We landed in Bali in good spirits to the open arms of the majority that had already arrived ... bintangs were quaffed in abundance and we headed to Kuta beach to check out the view -




After a night celebrating we were up early for the morning flight from Bali to Bima on the island of Sumbawa and had a cracking view as we came in over the flooded paddy fields -




Safe and sound in Bima -






We had a few hours to kill in Bima before embarking onto the dive boat so checking out the local area was in order, heres a local noodle soup seller -




Da Bima boyz -




Local weavers -




The local transport -




The local market -








The locals were very friendly and after an interesting few hours in Bima we headed to the port -






This is the boat we were going to live on for the next 10 days, her name is SY Siren and she is 34 metres long and is a truly beautiful beast.
She's owned and run by the guys at Worldwide dive and sail and is fully equipped for long diving and sailing trips -




Our dive trip was to take us all around the Komodo national park area including the Sunda and Rinca island groups.
In fact there were shit loads of islands all over the place so the only thing to do was to get stuck into the local grog, raise the sails and ahoy mateys, yo ho ho and a bottle of rum ... and with all that we sailed off into the horizon.
Here are some different views of the 'SY Siren' -

----------


## English Noodles

Looks like good stuff mate, look forward to having a few beers when I get back in to Bangkok. :Smile:

----------


## walrus

The food on the 'Siren' was fantastic -






We were hungry with all the diving and other activities -




What better way to let the food digest in between dives than stretch out under the sun -




As I mentioned earlier there are lots and lots of islands and the whole area is very remote with spectacular scenery -






















Komodo is notorious for its strong and unpredictable currents and here we can see the water churning between the islands - 






Whilst we were there 5 divers on another boat got swept away by strong surface currents and were found 2 days later on a remote island in the south of the area, here's their very worried compatriots informing us of their disappearance a few hours after they had gone missing -



Luckily a very happy ending for all involved as they were located 2 days later on a remote island 20 miles to the south of where they had gone missing.  :Smile: 

We popped onto some of the islands and with a bit of effort were rewarded with some cracking views -

----------


## kingwilly

bladdy awesome pics mate, looks great.

----------


## walrus

Of course we jumped off on Komodo island itself -




We heard rumours that the locals bite was worse than their bark.
This big bad boy was about 2 metres in length but luckily for us it was his siesta time -










His mate nearby was a tad venomous too but this green viper had just eaten a mouse or rat - 




Here are some views from Komodo island -








Even in the middle of nowhere you can't escape the tourist trap -




We didn't run into many boats during our trip and when we did they were usually local fishing skiffs selling us their local produce - 














These boys were getting a bollocking from the local BIB for trying to sell us shells and illegal wood carvings - 




One of the few other dive boats we did run into -




We had 2 dinghys that took us to our dive sites -

----------


## walrus

Now for the main event, the reason we came to Komodo, the diving...

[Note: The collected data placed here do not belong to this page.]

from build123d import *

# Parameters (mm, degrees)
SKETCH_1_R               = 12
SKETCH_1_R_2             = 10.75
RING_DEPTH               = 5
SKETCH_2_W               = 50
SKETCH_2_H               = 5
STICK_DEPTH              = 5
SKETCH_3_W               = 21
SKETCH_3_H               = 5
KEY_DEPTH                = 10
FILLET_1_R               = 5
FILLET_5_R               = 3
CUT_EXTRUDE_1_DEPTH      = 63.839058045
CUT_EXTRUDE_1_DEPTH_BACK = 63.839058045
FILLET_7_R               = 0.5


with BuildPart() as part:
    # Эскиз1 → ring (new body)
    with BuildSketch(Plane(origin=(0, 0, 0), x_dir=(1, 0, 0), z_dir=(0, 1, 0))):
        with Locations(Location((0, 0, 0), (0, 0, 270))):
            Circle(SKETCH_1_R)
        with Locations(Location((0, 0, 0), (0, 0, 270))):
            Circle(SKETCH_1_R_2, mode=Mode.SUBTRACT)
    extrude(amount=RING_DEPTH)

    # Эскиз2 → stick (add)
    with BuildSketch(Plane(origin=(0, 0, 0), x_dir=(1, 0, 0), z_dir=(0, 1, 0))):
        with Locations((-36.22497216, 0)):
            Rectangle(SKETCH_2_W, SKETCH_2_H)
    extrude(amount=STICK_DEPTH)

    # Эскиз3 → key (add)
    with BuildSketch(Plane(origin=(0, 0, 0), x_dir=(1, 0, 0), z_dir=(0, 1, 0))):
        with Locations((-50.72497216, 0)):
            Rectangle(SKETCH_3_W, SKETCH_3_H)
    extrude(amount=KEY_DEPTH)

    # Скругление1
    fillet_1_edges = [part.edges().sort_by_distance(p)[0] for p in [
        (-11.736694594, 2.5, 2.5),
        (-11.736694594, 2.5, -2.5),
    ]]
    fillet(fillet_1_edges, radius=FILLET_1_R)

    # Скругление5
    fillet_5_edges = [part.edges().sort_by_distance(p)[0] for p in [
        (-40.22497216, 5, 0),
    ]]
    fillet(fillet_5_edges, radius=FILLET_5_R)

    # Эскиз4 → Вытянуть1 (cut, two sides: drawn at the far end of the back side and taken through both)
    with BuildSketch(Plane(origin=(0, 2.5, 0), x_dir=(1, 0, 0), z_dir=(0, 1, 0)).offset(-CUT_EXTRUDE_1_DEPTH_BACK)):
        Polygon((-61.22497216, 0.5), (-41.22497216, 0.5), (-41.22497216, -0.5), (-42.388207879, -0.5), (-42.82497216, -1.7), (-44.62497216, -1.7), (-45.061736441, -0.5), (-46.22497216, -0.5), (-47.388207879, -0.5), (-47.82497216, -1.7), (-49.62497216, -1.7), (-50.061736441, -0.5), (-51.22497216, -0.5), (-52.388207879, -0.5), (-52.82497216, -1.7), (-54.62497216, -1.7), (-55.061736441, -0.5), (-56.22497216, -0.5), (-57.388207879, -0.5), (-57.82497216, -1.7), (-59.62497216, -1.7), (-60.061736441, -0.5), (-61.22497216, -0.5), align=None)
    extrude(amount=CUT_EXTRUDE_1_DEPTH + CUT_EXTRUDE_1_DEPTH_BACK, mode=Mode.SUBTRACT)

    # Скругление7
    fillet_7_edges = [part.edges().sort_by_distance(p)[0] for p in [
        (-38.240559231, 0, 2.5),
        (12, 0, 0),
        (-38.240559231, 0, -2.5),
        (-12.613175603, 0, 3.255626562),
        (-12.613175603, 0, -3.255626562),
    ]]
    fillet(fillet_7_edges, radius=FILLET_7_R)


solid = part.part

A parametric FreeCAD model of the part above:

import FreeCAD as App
import Part
import Sketcher
Q = App.Units.Quantity


def edges_at(feature, points):
    """Names of the edges that pass closest to the given points."""
    edges = feature.Shape.Edges
    near = lambda p: min(range(len(edges)), key=lambda i: edges[i].distToShape(Part.Vertex(*p))[0])
    return sorted({f"Edge{near(p) + 1}" for p in points})


def add_polygon(sketch, points):
    """Adds a closed chain of lines whose ends are joined by coincident constraints."""
    first, n = sketch.GeometryCount, len(points)
    for a, b in zip(points, points[1:] + points[:1]):
        sketch.addGeometry(Part.LineSegment(App.Vector(*a, 0), App.Vector(*b, 0)), False)
    for i in range(n):
        sketch.addConstraint(Sketcher.Constraint("Coincident", first + i, 2, first + (i + 1) % n, 1))

doc = App.newDocument("Part")
body = doc.addObject("PartDesign::Body", "Body")

sketch1 = doc.addObject("Sketcher::SketchObject", "Sketch")
body.addObject(sketch1)
sketch1.AttachmentSupport = (doc.XZ_Plane, [""])
sketch1.MapMode = "FlatFace"
sketch1.addGeometry(Part.Circle(App.Vector(0, 0, 0), App.Vector(0, 0, 1), 12), False)
sketch1.addGeometry(Part.Circle(App.Vector(0, 0, 0), App.Vector(0, 0, 1), 10.75), False)
sketch1.addConstraint(Sketcher.Constraint("Coincident", 0, 3, -1, 1))
sketch1.addConstraint(Sketcher.Constraint("Coincident", 1, 3, -1, 1))
sketch1.addConstraint(Sketcher.Constraint("Diameter", 0, 24.0))
sketch1.addConstraint(Sketcher.Constraint("Diameter", 1, 21.5))
pad1 = doc.addObject("PartDesign::Pad", "Pad")
body.addObject(pad1)
pad1.Profile = sketch1
pad1.Length = 5
pad1.Reversed = True

sketch2 = doc.addObject("Sketcher::SketchObject", "Sketch001")
body.addObject(sketch2)
sketch2.AttachmentSupport = (doc.XZ_Plane, [""])
sketch2.MapMode = "FlatFace"
add_polygon(sketch2, [(-61.224972, -2.5), (-61.224972, 2.5), (-11.224972, 2.5), (-11.224972, -2.5)])
sketch2.addConstraint(Sketcher.Constraint("Vertical", 0))
sketch2.addConstraint(Sketcher.Constraint("Horizontal", 1))
sketch2.addConstraint(Sketcher.Constraint("Vertical", 2))
sketch2.addConstraint(Sketcher.Constraint("Horizontal", 3))
sketch2.addConstraint(Sketcher.Constraint("DistanceX", 1, 1, 1, 2, 50.0))
sketch2.addConstraint(Sketcher.Constraint("DistanceY", 0, 1, 0, 2, 5.0))
sketch2.addConstraint(Sketcher.Constraint("DistanceY", -1, 1, 0, 2, 2.5))
sketch2.addConstraint(Sketcher.Constraint("DistanceX", 0, 2, -1, 1, 61.224972))
pad2 = doc.addObject("PartDesign::Pad", "Pad001")
body.addObject(pad2)
pad2.Profile = sketch2
pad2.Length = 5
pad2.Reversed = True

sketch3 = doc.addObject("Sketcher::SketchObject", "Sketch002")
body.addObject(sketch3)
sketch3.AttachmentSupport = (doc.XZ_Plane, [""])
sketch3.MapMode = "FlatFace"
add_polygon(sketch3, [(-61.224972, -2.5), (-61.224972, 2.5), (-40.224972, 2.5), (-40.224972, -2.5)])
sketch3.addConstraint(Sketcher.Constraint("Vertical", 0))
sketch3.addConstraint(Sketcher.Constraint("Horizontal", 1))
sketch3.addConstraint(Sketcher.Constraint("Vertical", 2))
sketch3.addConstraint(Sketcher.Constraint("Horizontal", 3))
sketch3.addConstraint(Sketcher.Constraint("DistanceX", 1, 1, 1, 2, 21.0))
sketch3.addConstraint(Sketcher.Constraint("DistanceY", 0, 1, 0, 2, 5.0))
sketch3.addConstraint(Sketcher.Constraint("DistanceY", -1, 1, 0, 2, 2.5))
sketch3.addConstraint(Sketcher.Constraint("DistanceX", 0, 2, -1, 1, 61.224972))
pad3 = doc.addObject("PartDesign::Pad", "Pad002")
body.addObject(pad3)
pad3.Profile = sketch3
pad3.Length = 10
pad3.Reversed = True
doc.recompute()

fillet = doc.addObject("PartDesign::Fillet", "Fillet")
body.addObject(fillet)
fillet.Base = (pad3, edges_at(pad3, [(-11.737, 2.5, 2.5), (-11.737, 2.5, -2.5)]))
fillet.Radius = 5
doc.recompute()

fillet2 = doc.addObject("PartDesign::Fillet", "Fillet001")
body.addObject(fillet2)
fillet2.Base = (fillet, edges_at(fillet, [(-40.225, 5, 0)]))
fillet2.Radius = 3

sketch4 = doc.addObject("Sketcher::SketchObject", "Sketch003")
body.addObject(sketch4)
sketch4.AttachmentSupport = (doc.XZ_Plane, [""])
sketch4.MapMode = "FlatFace"
sketch4.AttachmentOffset = App.Placement(App.Vector(0, 0, -2.5), App.Rotation())
add_polygon(sketch4, [(-41.224972, -0.5), (-61.224972, -0.5), (-61.224972, 0.5), (-60.061736, 0.5), (-59.624972, 1.7), (-57.824972, 1.7), (-57.388208, 0.5), (-55.061736, 0.5), (-54.624972, 1.7), (-52.824972, 1.7), (-52.388208, 0.5), (-50.061736, 0.5), (-49.624972, 1.7), (-47.824972, 1.7), (-47.388208, 0.5), (-45.061736, 0.5), (-44.624972, 1.7), (-42.824972, 1.7), (-42.388208, 0.5), (-41.224972, 0.5)])
sketch4.addConstraint(Sketcher.Constraint("Horizontal", 0))
sketch4.addConstraint(Sketcher.Constraint("Vertical", 1))
sketch4.addConstraint(Sketcher.Constraint("Horizontal", 2))
sketch4.addConstraint(Sketcher.Constraint("Horizontal", 4))
sketch4.addConstraint(Sketcher.Constraint("Horizontal", 6))
sketch4.addConstraint(Sketcher.Constraint("Horizontal", 8))
sketch4.addConstraint(Sketcher.Constraint("Horizontal", 10))
sketch4.addConstraint(Sketcher.Constraint("Horizontal", 12))
sketch4.addConstraint(Sketcher.Constraint("Horizontal", 14))
sketch4.addConstraint(Sketcher.Constraint("Horizontal", 16))
sketch4.addConstraint(Sketcher.Constraint("Horizontal", 18))
sketch4.addConstraint(Sketcher.Constraint("Vertical", 19))
sketch4.addConstraint(Sketcher.Constraint("Parallel", 3, 7))
sketch4.addConstraint(Sketcher.Constraint("Parallel", 5, 9))
sketch4.addConstraint(Sketcher.Constraint("Parallel", 7, 11))
sketch4.addConstraint(Sketcher.Constraint("Parallel", 9, 13))
sketch4.addConstraint(Sketcher.Constraint("Parallel", 11, 15))
sketch4.addConstraint(Sketcher.Constraint("Parallel", 13, 17))
sketch4.addConstraint(Sketcher.Constraint("Horizontal", 2, 2, 5, 2))
sketch4.addConstraint(Sketcher.Constraint("Horizontal", 4, 2, 7, 2))
sketch4.addConstraint(Sketcher.Constraint("Horizontal", 6, 2, 9, 2))
sketch4.addConstraint(Sketcher.Constraint("Horizontal", 8, 2, 11, 2))
sketch4.addConstraint(Sketcher.Constraint("Horizontal", 10, 2, 13, 2))
sketch4.addConstraint(Sketcher.Constraint("Horizontal", 12, 2, 15, 2))
sketch4.addConstraint(Sketcher.Constraint("Horizontal", 14, 2, 17, 2))
sketch4.addConstraint(Sketcher.Constraint("Equal", 4, 8))
sketch4.addConstraint(Sketcher.Constraint("Equal", 6, 10))
sketch4.addConstraint(Sketcher.Constraint("Equal", 8, 12))
sketch4.addConstraint(Sketcher.Constraint("Equal", 10, 14))
sketch4.addConstraint(Sketcher.Constraint("Equal", 12, 16))
sketch4.addConstraint(Sketcher.Constraint("Equal", 2, 18))
sketch4.addConstraint(Sketcher.Constraint("Equal", 3, 5))
sketch4.addConstraint(Sketcher.Constraint("DistanceX", 0, 2, 0, 1, 20.0))
sketch4.addConstraint(Sketcher.Constraint("DistanceY", 1, 1, 1, 2, 1.0))
sketch4.addConstraint(Sketcher.Constraint("Angle", 3, Q("70 deg")))
sketch4.addConstraint(Sketcher.Constraint("DistanceX", 4, 1, 4, 2, 1.8))
sketch4.addConstraint(Sketcher.Constraint("DistanceX", 2, 2, 6, 2, 5.0))
sketch4.addConstraint(Sketcher.Constraint("DistanceY", 0, 2, -1, 1, 0.5))
sketch4.addConstraint(Sketcher.Constraint("DistanceY", -1, 1, 3, 2, 1.7))
sketch4.addConstraint(Sketcher.Constraint("DistanceX", 0, 2, -1, 1, 61.224972))
pocket1 = doc.addObject("PartDesign::Pocket", "Pocket")
body.addObject(pocket1)
pocket1.Profile = sketch4
pocket1.Type = "ThroughAll"
pocket1.Midplane = True
doc.recompute()

fillet3 = doc.addObject("PartDesign::Fillet", "Fillet002")
body.addObject(fillet3)
fillet3.Base = (pocket1, edges_at(pocket1, [
    (-38.241, 0, 2.5),
    (12, 0, 0),
    (-38.241, 0, -2.5),
    (-12.613, 0, 3.256),
    (-12.613, 0, -3.256),
]))
fillet3.Radius = 0.5

doc.recompute()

Lets get ready to rumble - 




Heres some pics of some of the stuff we saw under the water.

Nemo and his relative the Anemonefish -






A shoal of batfish -




There were sheer walls plummetting to the depths and rocky pinnacles covered in lovely soft and hard corals.
Everywhere was teeming with marine life -








A small chunk of brain coral ...  :Razz: 




Soft red coral -




Lionfish - 




Moray eel -




Shoal of Jacks -




Shoal of Surgeonfish -




Shoal of Sweetlips -




Komodo is famous for its small stuff so heres some pics of some nudibranches which are like slugs on acid - 










Whitetip reef shark - 




There were often strong currents and strong surges, here we are hanging onto rocks near the end of a dive whilst we make our safety stops before ascending -

----------


## Wayne Kerr

Wow ... friggin awesome dude  :Smile:

----------


## walrus

Within 10 seconds of jumping into a dive site called 'Manta alley' we had already encountered one of these graceful giants of the underwater world.
There must have been about 20 mantas in total as the dive site was loaded with plankton and they were having a feast, there was also a cleaning station where they were getting manta massages from the cleanerwrasses.
Check this out -
















Heres a small mobular ray which was feeding by the dive boat one night (now these guys are quick) - 




We saw loads of cheeky turtles wherever we dived -








The excitement was just too much - 




This is a Sea apple -




This is an Octopus -




This big bad boy is a Napolean wrasse and was about a meter and a half long -




A happy walrus -




As you can see the diving around Komodo was fantastic and we had a brilliant trip but alas all good things must come to an end and after 10 thrilling days it was time to sail back to Sumbawa to return to Bali.

----------


## friscofrankie

Fantastic stuff!

----------


## kingwilly

> and after 10 thrilling days it was time to sail back to Sumbawa to return to Bali.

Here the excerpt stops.